Extension d’un bâtiment et obligation de stationnements

L’extension de logements doit être regardée comme étrangère aux dispositions du Plan Local d’Urbanisme (PLU) imposant un nombre minimal de places de stationnement par logement (C.E, 04-04-2018, n°407445)

Dans une décision du 4 avril 2018 rendue en Chambres réunies (C.E, 04-04-2018, n°407445), le Conseil d’Etat a été amené à déterminer si les travaux d’extension d’un immeuble nécessitaient la création de places de stationnement lorsque celui-ci ne respectait pas les exigences du PLU en matière de nombre de places de stationnement par logement.

Pour mémoire, selon une jurisprudence établie et constante « lorsqu’une construction existante n’est pas conforme à une ou plusieurs dispositions d’un plan local d’urbanisme régulièrement approuvé, un permis de construire ne peut être légalement délivré pour la modification de cette construction, sous réserve de dispositions de ce plan spécialement applicables à la modification des immeubles existants, que si les travaux envisagés rendent l’immeuble plus conforme aux dispositions réglementaires méconnues ou s’ils sont étrangers à ces dispositions » (voir : C.E, 27-05-1988, Sekler, n°79530)

Pour l’application de cette règle, la décision du Conseil d’Etat précise que « des travaux entrepris sur un immeuble existant qui n’impliquent pas la création de nouveaux logements mais seulement l’extension de logements existants doivent être regardés comme étrangers aux dispositions d’un plan local d’urbanisme imposant un nombre minimal de places de stationnement par logement ».

Par suite, commet une erreur de droit le Jugement du Tribunal administratif de Nice qui avait retenu, quand l’absence de création de nouvelles places de stationnement, était illégal le permis de construire autorisant l’extension de logements ne respectant pas le nombre de places de stationnement par logement imposé par le PLU.

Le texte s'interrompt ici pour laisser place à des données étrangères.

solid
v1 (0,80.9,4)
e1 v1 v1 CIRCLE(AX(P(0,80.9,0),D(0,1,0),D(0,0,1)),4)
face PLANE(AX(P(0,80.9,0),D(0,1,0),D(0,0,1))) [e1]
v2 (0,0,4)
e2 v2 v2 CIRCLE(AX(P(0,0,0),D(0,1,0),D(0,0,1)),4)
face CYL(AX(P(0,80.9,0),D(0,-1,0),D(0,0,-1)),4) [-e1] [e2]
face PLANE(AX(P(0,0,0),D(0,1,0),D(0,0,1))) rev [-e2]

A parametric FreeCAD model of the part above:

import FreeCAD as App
import Part
import Sketcher
Q = App.Units.Quantity

doc = App.newDocument("Part")
params = doc.addObject("Spreadsheet::Sheet", "Params")
for row, (alias, value) in enumerate([
    ("sketch1_diameter", "8 mm"),
    ("pad1_length", "80.9 mm"),
], start=1):
    params.set(f"A{row}", alias)
    params.set(f"B{row}", "=" + value)
    params.setAlias(f"B{row}", alias)

body = doc.addObject("PartDesign::Body", "Body")

sketch1 = doc.addObject("Sketcher::SketchObject", "Sketch")
body.addObject(sketch1)
sketch1.AttachmentSupport = (doc.XZ_Plane, [""])
sketch1.MapMode = "FlatFace"
sketch1.addGeometry(Part.Circle(App.Vector(0, 0, 0), App.Vector(0, 0, 1), 4), False)
sketch1.addConstraint([
    Sketcher.Constraint("Coincident", 0, 3, -1, 1),
    Sketcher.Constraint("Diameter", 0, Q("8 mm")),
])
sketch1.setExpression("Constraints[1]", "Params.sketch1_diameter")
pad1 = doc.addObject("PartDesign::Pad", "Pad")
body.addObject(pad1)
pad1.Profile = sketch1
pad1.setExpression("Length", "Params.pad1_length")
pad1.Reversed = True

doc.recompute()
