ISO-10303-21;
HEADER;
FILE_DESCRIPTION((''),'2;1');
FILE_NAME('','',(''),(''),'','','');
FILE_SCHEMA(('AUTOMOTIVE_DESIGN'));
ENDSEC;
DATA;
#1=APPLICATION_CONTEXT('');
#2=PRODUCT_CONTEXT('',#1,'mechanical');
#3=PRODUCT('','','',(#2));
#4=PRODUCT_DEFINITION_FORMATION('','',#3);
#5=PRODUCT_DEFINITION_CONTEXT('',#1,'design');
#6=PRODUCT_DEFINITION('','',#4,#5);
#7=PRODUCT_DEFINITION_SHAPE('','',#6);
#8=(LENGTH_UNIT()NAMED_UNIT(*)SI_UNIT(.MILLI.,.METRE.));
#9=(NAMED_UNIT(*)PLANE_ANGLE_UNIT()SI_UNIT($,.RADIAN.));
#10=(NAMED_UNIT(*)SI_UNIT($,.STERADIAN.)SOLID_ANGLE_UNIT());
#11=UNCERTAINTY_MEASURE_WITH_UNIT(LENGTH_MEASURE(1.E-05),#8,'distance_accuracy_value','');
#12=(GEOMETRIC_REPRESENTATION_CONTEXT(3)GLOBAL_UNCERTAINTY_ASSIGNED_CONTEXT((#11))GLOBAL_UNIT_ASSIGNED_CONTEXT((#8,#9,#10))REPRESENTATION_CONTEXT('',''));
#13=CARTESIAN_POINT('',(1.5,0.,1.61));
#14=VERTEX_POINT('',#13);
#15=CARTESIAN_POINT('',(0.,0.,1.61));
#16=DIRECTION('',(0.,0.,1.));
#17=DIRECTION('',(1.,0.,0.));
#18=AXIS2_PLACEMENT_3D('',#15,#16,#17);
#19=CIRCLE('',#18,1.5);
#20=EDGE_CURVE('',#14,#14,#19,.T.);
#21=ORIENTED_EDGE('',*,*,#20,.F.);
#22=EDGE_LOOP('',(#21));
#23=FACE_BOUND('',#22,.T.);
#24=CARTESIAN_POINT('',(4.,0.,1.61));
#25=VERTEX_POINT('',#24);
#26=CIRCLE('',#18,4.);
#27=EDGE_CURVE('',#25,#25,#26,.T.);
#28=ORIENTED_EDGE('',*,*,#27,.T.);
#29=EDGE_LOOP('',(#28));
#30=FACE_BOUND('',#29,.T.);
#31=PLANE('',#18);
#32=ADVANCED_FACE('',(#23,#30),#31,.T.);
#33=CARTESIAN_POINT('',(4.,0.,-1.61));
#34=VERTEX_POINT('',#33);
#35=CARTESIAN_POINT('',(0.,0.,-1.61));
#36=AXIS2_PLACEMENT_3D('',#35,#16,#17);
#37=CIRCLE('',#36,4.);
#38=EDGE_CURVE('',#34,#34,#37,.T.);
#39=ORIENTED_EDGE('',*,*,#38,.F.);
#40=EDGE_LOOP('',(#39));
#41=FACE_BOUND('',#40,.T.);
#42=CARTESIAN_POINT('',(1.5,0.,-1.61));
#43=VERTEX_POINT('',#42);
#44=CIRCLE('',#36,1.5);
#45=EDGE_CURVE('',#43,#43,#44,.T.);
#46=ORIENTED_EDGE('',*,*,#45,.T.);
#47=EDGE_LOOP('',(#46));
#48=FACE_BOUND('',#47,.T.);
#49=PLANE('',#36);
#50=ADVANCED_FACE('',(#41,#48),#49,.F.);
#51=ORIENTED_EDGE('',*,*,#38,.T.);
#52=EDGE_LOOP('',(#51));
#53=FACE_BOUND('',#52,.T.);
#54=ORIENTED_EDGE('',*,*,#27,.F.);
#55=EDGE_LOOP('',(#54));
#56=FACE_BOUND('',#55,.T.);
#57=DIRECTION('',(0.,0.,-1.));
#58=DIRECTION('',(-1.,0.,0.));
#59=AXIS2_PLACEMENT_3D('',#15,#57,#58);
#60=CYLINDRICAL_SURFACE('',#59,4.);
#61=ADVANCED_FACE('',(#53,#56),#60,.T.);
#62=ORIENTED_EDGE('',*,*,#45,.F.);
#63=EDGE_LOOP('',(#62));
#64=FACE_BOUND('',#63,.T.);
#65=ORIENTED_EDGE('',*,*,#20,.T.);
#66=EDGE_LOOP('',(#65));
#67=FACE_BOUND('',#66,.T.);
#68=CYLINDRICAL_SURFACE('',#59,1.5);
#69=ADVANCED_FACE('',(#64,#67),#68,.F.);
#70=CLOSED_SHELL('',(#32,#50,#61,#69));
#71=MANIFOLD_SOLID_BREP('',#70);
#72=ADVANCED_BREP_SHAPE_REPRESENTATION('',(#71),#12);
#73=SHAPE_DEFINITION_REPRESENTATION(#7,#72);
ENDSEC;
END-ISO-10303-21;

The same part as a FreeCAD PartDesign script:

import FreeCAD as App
import Part
import Sketcher

V = App.Vector

doc = App.newDocument("Part")
body = doc.addObject("PartDesign::Body", "Body")

# Sketch on XY plane
sketch1 = body.newObject("Sketcher::SketchObject", "Sketch")
sketch1.AttachmentSupport = (doc.getObject("XY_Plane"), [""])
sketch1.MapMode = "FlatFace"
sketch1.addGeometry(Part.Circle(V(0, 0, 0), V(0, 0, 1), 4), False)
sketch1.addGeometry(Part.Circle(V(0, 0, 0), V(0, 0, 1), 1.5), False)
sketch1.addConstraint(Sketcher.Constraint("Coincident", 0, 3, -1, 1))
sketch1.addConstraint(Sketcher.Constraint("Coincident", 1, 3, -1, 1))
sketch1.addConstraint(Sketcher.Constraint("Diameter", 0, 8.0))
sketch1.addConstraint(Sketcher.Constraint("Diameter", 1, 3.0))
pad1 = body.newObject("PartDesign::Pad", "Pad")
pad1.Profile = sketch1
pad1.Length = 3.22
pad1.Midplane = True

doc.recompute()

En revanche, est validée l’annulation de ce même permis en ce que les travaux projetés comportaient également la surévaluation du bâtiment implanté à l’alignement de la voie publique dès lors que le Conseil d’Etat considère que cette surélévation n’est pas étrangère ou ne rend pas le bâtiment plus conforme aux dispositions du PLU prescrivant une distance minimale par rapport à la voie publique.